After locating the line that contains "v 1.859 0 1.2675" in the data below, set down exactly that line and each one after it through the line that contains "v -1.2558 5 3.5335", and nothing more.

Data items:
"""
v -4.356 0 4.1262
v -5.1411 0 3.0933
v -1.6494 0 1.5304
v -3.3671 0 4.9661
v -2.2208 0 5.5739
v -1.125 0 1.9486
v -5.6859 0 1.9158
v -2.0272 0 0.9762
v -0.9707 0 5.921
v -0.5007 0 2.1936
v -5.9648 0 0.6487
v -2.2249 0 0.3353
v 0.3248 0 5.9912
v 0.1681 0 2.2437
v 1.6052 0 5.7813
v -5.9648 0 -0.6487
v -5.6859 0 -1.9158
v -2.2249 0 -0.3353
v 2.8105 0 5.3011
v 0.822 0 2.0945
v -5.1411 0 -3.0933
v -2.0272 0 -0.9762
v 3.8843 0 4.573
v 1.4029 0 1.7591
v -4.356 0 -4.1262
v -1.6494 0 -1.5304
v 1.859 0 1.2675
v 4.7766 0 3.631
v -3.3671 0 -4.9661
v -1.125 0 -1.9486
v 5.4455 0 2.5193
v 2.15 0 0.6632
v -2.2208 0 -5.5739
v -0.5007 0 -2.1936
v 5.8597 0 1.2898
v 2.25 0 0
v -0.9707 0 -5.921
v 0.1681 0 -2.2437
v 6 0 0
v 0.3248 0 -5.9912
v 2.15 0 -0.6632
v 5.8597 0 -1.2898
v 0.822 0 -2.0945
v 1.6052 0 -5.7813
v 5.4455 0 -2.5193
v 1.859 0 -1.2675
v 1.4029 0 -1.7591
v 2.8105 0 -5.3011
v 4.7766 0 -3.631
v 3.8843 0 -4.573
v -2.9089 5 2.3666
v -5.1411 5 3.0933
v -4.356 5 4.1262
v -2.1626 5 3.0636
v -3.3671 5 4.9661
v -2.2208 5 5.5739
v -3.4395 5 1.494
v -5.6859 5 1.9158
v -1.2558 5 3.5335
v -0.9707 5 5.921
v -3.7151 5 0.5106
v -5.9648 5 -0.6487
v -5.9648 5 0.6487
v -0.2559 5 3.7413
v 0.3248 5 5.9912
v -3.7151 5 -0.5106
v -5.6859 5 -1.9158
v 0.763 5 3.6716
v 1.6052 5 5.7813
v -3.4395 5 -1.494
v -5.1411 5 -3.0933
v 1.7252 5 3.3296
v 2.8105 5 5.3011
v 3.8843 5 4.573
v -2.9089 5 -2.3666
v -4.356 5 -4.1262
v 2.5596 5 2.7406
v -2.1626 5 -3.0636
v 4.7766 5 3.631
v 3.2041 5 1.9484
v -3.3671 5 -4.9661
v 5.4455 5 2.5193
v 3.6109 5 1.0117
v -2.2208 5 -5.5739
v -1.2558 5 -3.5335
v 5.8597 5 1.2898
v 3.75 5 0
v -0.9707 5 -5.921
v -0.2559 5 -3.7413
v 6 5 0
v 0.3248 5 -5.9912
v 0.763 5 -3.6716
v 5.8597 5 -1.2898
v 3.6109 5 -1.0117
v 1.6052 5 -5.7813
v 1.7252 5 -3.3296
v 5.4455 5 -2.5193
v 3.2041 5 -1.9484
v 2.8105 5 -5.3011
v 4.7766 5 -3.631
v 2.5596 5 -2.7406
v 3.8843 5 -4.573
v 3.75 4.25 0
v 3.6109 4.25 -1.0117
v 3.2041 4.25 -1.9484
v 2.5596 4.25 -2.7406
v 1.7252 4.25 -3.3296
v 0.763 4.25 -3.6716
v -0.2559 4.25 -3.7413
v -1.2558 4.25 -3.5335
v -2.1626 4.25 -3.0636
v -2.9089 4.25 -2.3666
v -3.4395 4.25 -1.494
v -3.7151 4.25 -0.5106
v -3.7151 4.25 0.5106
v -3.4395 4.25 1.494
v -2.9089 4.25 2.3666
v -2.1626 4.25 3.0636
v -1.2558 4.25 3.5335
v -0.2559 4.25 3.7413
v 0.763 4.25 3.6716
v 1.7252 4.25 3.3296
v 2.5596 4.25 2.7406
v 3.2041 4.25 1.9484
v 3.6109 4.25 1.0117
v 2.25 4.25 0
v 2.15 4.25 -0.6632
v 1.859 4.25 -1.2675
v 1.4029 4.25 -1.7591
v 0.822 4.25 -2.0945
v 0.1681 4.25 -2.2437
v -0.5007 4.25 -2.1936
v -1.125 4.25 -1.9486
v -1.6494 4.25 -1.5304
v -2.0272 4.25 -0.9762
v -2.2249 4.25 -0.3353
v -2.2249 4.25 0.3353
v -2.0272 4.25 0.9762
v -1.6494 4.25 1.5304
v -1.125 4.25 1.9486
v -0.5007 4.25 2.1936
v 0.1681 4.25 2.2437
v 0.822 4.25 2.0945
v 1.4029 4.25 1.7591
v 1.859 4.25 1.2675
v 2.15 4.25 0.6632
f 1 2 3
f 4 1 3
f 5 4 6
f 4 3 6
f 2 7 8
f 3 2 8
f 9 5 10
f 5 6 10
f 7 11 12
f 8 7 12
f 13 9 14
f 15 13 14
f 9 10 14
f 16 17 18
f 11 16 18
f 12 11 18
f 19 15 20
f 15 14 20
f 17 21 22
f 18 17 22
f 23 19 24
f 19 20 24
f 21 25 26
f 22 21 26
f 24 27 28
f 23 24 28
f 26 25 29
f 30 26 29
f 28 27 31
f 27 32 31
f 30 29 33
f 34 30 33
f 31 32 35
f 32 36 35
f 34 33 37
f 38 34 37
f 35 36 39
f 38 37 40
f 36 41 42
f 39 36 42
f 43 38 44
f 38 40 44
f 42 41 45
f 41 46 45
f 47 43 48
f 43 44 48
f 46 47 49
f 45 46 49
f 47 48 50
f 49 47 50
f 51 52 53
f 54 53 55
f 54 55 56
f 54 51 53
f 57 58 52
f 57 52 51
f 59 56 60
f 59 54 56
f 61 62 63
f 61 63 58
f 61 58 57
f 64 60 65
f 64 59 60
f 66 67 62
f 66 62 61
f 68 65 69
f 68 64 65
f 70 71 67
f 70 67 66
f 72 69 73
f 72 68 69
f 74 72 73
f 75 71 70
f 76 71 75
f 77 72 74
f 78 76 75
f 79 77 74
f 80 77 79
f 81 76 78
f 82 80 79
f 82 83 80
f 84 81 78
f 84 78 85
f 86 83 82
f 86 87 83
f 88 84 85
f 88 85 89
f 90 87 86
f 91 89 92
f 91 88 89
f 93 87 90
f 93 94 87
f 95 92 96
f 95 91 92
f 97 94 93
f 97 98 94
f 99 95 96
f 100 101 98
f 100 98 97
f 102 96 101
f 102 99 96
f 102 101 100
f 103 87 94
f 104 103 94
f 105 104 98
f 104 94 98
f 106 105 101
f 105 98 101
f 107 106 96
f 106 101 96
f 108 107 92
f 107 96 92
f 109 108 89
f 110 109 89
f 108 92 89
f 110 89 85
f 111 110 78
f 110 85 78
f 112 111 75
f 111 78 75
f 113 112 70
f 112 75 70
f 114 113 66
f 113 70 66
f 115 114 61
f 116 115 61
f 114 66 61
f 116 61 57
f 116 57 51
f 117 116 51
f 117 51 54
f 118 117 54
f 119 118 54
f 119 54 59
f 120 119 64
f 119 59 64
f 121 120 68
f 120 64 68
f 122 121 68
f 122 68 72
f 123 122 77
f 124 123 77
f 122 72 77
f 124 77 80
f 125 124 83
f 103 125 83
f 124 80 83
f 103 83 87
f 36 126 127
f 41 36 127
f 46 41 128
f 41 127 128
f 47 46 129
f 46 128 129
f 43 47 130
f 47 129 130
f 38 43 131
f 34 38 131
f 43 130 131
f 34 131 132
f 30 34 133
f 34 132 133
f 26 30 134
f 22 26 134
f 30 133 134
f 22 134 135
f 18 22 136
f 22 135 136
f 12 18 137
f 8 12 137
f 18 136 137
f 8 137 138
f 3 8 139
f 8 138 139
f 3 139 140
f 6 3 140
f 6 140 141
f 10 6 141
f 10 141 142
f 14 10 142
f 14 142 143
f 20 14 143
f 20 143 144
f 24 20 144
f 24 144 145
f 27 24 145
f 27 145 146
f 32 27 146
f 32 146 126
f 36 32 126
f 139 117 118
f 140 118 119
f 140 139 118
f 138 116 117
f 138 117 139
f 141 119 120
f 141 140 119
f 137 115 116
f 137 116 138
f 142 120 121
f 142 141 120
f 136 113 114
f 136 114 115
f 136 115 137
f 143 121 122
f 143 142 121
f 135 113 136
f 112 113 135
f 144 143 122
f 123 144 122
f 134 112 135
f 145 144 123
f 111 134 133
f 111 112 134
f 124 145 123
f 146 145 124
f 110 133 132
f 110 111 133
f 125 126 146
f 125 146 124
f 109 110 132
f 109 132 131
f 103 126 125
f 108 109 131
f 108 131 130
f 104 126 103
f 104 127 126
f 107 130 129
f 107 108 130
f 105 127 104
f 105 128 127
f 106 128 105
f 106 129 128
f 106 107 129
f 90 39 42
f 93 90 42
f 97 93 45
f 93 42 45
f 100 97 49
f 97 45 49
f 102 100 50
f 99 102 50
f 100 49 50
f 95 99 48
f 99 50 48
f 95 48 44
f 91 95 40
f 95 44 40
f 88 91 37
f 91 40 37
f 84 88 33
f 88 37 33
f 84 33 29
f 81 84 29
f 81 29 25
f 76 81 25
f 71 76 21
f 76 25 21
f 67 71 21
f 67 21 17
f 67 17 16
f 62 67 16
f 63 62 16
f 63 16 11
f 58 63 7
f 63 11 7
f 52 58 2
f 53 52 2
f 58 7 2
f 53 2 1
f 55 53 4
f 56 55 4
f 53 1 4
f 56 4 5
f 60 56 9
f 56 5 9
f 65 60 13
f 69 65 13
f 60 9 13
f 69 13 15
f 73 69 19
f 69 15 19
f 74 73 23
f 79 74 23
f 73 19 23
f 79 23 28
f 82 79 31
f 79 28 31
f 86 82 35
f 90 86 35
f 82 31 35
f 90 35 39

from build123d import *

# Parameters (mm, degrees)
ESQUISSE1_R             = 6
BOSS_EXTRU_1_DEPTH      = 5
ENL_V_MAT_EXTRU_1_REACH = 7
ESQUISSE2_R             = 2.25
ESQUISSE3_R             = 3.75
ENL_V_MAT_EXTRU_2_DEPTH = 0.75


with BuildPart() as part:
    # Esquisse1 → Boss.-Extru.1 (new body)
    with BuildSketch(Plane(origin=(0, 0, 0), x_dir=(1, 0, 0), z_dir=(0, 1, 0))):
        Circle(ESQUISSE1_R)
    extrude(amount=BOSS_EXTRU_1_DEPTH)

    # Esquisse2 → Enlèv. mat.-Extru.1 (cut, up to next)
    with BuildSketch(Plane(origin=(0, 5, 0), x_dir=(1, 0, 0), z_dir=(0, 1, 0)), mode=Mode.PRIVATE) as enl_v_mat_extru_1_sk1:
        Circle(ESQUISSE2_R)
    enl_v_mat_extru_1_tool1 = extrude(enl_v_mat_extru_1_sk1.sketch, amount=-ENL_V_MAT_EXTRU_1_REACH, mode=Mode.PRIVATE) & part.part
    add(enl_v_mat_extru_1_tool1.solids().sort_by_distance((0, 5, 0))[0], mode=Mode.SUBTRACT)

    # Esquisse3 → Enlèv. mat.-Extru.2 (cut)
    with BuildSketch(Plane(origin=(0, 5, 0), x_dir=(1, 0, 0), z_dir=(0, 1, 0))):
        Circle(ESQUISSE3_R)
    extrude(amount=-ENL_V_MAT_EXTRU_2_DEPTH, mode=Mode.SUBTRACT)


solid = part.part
"""
EXPECTED ANSWER:
v 1.859 0 1.2675
v 4.7766 0 3.631
v -3.3671 0 -4.9661
v -1.125 0 -1.9486
v 5.4455 0 2.5193
v 2.15 0 0.6632
v -2.2208 0 -5.5739
v -0.5007 0 -2.1936
v 5.8597 0 1.2898
v 2.25 0 0
v -0.9707 0 -5.921
v 0.1681 0 -2.2437
v 6 0 0
v 0.3248 0 -5.9912
v 2.15 0 -0.6632
v 5.8597 0 -1.2898
v 0.822 0 -2.0945
v 1.6052 0 -5.7813
v 5.4455 0 -2.5193
v 1.859 0 -1.2675
v 1.4029 0 -1.7591
v 2.8105 0 -5.3011
v 4.7766 0 -3.631
v 3.8843 0 -4.573
v -2.9089 5 2.3666
v -5.1411 5 3.0933
v -4.356 5 4.1262
v -2.1626 5 3.0636
v -3.3671 5 4.9661
v -2.2208 5 5.5739
v -3.4395 5 1.494
v -5.6859 5 1.9158
v -1.2558 5 3.5335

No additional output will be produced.